Maximum Principle for nonlinear elliptic PDE

Question

I've followed a course about elliptic equations. I've studied the maximum principle for linear elliptic pde's in its various forms. I was wondering if I can use them to deduce something useful for classical (sub/super)solutions of nonlinear elliptic equations(in the sense that the linearization is elliptic).
The particular problem in which I've come across and inspired my question is this one: if $u$ is a classical subsolution to Monge-Ampere equation with zero boundary data:
$$ \begin{cases}
\det(D^2u)\geq 0 & \text{in }\Omega\\
u=0 & \text{on }\partial\Omega
\end{cases}
$$
what can I say about the sign of $u$ in $\Omega$?

Thank you very much

Answer 1

Not much in general. Consider $n=4$ and

$$u(x) = x_1^2 + x_2^2 - x_3^2 - x_4^2.$$

Then $\text{det}(\nabla^2 u)=1$ but $u$ does not have a sign on, say, the unit ball.

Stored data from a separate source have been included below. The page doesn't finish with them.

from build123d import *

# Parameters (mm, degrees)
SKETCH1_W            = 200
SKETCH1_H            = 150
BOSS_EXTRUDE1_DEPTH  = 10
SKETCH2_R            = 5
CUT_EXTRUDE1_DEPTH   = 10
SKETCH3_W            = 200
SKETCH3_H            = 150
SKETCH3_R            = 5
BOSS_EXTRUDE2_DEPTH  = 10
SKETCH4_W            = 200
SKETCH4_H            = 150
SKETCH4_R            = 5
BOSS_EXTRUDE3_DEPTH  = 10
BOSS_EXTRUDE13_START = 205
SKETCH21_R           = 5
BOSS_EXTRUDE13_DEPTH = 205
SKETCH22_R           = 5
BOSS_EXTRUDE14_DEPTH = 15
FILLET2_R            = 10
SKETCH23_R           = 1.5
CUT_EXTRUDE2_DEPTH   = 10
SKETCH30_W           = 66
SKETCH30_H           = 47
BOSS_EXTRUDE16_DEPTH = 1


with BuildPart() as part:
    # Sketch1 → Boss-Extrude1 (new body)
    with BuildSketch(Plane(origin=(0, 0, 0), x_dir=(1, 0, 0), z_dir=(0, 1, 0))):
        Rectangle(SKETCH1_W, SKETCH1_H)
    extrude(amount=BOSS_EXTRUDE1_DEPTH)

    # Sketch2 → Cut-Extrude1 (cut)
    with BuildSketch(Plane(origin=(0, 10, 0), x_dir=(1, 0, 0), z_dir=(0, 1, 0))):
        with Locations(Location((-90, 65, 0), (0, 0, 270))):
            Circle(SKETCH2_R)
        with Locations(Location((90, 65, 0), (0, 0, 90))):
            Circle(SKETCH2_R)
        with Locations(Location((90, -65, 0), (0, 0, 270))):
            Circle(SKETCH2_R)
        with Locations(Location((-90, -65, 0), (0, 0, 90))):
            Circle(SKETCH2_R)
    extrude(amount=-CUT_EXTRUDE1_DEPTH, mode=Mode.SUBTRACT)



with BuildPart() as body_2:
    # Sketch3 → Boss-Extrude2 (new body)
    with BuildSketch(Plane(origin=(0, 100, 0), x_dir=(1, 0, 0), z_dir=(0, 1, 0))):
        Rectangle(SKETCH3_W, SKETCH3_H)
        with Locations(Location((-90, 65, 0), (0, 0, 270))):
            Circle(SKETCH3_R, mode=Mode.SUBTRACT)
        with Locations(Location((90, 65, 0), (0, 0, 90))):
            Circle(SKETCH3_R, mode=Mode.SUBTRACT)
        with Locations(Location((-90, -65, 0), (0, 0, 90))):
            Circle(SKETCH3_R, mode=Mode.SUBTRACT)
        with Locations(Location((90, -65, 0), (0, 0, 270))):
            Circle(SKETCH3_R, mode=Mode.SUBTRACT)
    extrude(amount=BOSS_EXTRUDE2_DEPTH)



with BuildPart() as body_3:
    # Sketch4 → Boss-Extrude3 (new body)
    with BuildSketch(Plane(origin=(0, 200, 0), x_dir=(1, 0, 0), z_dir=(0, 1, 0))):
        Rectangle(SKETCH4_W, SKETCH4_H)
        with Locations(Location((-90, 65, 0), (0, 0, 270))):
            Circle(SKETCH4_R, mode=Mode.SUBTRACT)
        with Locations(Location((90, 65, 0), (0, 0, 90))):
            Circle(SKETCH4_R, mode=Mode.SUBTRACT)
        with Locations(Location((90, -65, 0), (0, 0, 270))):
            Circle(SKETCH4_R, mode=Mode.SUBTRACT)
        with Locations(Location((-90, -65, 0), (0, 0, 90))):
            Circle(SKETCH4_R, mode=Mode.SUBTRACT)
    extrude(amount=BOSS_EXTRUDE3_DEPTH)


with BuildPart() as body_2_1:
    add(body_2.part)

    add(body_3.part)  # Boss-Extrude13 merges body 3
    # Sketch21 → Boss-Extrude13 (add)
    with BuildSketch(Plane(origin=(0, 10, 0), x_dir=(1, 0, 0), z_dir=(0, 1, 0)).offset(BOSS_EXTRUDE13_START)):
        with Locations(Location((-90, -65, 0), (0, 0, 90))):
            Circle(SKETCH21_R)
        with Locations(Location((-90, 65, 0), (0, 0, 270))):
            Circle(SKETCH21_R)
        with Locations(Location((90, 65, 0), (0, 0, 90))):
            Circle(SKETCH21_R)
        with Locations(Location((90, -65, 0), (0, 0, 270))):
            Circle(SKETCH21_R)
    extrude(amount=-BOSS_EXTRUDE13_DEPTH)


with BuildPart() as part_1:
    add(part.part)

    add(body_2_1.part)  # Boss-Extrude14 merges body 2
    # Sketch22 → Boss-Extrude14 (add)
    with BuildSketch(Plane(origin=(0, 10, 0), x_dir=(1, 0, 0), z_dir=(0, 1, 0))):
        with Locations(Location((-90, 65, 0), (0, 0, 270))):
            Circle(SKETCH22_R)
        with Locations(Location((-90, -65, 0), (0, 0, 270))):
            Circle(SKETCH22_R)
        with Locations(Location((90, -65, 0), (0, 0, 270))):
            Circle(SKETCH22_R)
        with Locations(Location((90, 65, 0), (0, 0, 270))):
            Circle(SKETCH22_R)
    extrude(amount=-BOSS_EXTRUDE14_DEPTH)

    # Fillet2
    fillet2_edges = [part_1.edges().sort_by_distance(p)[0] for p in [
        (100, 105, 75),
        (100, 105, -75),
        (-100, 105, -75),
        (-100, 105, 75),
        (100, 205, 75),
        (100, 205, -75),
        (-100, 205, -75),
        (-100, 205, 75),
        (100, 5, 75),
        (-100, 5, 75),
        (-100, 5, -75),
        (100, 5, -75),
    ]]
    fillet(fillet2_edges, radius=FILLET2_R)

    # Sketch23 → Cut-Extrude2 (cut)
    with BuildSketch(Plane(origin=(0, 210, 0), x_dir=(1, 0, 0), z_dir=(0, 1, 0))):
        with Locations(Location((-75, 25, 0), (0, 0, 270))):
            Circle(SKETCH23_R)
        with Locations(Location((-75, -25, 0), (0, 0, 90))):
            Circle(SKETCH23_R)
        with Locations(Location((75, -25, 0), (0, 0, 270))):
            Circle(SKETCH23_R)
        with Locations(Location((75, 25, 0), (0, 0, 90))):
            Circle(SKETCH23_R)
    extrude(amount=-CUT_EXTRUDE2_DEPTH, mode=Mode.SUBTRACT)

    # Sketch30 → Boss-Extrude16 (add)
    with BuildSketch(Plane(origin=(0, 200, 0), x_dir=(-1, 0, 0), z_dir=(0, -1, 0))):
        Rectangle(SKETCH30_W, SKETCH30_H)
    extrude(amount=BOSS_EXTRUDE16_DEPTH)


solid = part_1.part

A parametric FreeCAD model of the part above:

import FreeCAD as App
import Part
import Sketcher


def edges_at(feature, points):
    """Names of the edges that pass closest to the given points."""
    edges = feature.Shape.Edges
    near = lambda p: min(range(len(edges)), key=lambda i: edges[i].distToShape(Part.Vertex(*p))[0])
    return sorted({f"Edge{near(p) + 1}" for p in points})

doc = App.newDocument("Part")
body = doc.addObject("PartDesign::Body", "Body")

# Sketch on XZ plane
sketch1 = body.newObject("Sketcher::SketchObject", "Sketch")
sketch1.AttachmentSupport = (doc.getObject("XZ_Plane"), [""])
sketch1.MapMode = "FlatFace"
sketch1.addGeometry([
    Part.LineSegment(App.Vector(-100, -75, 0), App.Vector(-100, 75, 0)),
    Part.LineSegment(App.Vector(-100, 75, 0), App.Vector(100, 75, 0)),
    Part.LineSegment(App.Vector(100, 75, 0), App.Vector(100, -75, 0)),
    Part.LineSegment(App.Vector(100, -75, 0), App.Vector(-100, -75, 0)),
], False)
sketch1.addConstraint([
    Sketcher.Constraint("Coincident", 0, 2, 1, 1),
    Sketcher.Constraint("Coincident", 1, 2, 2, 1),
    Sketcher.Constraint("Coincident", 2, 2, 3, 1),
    Sketcher.Constraint("Coincident", 3, 2, 0, 1),
    Sketcher.Constraint("Vertical", 0),
    Sketcher.Constraint("Horizontal", 1),
    Sketcher.Constraint("Vertical", 2),
    Sketcher.Constraint("Horizontal", 3),
    Sketcher.Constraint("Symmetric", 0, 2, 2, 2, -1, 1),
    Sketcher.Constraint("DistanceX", 1, 1, 1, 2, 200.0),
    Sketcher.Constraint("DistanceY", 0, 1, 0, 2, 150.0),
])
pad1 = body.newObject("PartDesign::Pad", "Pad")
pad1.Profile = sketch1
pad1.Length = 10
pad1.Reversed = True

# Sketch on XZ plane
sketch2 = body.newObject("Sketcher::SketchObject", "Sketch001")
sketch2.AttachmentSupport = (doc.getObject("XZ_Plane"), [""])
sketch2.MapMode = "FlatFace"
sketch2.AttachmentOffset = App.Placement(App.Vector(0, 0, -10), App.Rotation())
sketch2.addGeometry([
    Part.Circle(App.Vector(-90, -65, 0), App.Vector(0, 0, 1), 5),
    Part.Circle(App.Vector(90, -65, 0), App.Vector(0, 0, 1), 5),
    Part.Circle(App.Vector(90, 65, 0), App.Vector(0, 0, 1), 5),
    Part.Circle(App.Vector(-90, 65, 0), App.Vector(0, 0, 1), 5),
], False)
sketch2.addConstraint([
    Sketcher.Constraint("Equal", 0, 1),
    Sketcher.Constraint("Equal", 1, 2),
    Sketcher.Constraint("Equal", 2, 3),
    Sketcher.Constraint("Symmetric", 0, 3, 2, 3, -1, 1),
    Sketcher.Constraint("Symmetric", 1, 3, 3, 3, -1, 1),
    Sketcher.Constraint("Symmetric", 0, 3, 1, 3, -2),
    Sketcher.Constraint("Diameter", 0, 10.0),
    Sketcher.Constraint("DistanceX", 0, 3, -1, 1, 90.0),
    Sketcher.Constraint("DistanceY", 0, 3, -1, 1, 65.0),
])
pocket1 = body.newObject("PartDesign::Pocket", "Pocket")
pocket1.Profile = sketch2
pocket1.Length = 10
pocket1.Reversed = True
body2 = doc.addObject("PartDesign::Body", "Body001")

The convex Monge-Ampere equation satisfies a comparison principle. That is, when you have convex sub- and supersolutions $u$ and $v$, and $u\leq v$ on $\partial \Omega$, then $u\leq v$ on $\Omega$. This actually holds in the weaker viscosity sense (see https://arxiv.org/abs/math/9207212). The proof follows a maximum principle argument for nonlinear PDEs.

It's crucially important that the solutions are convex though. In your case, if $u$ is convex, then its maximum occurs on the boundary and so $u\leq 0$ on $\Omega$ (without using Monge-Ampere).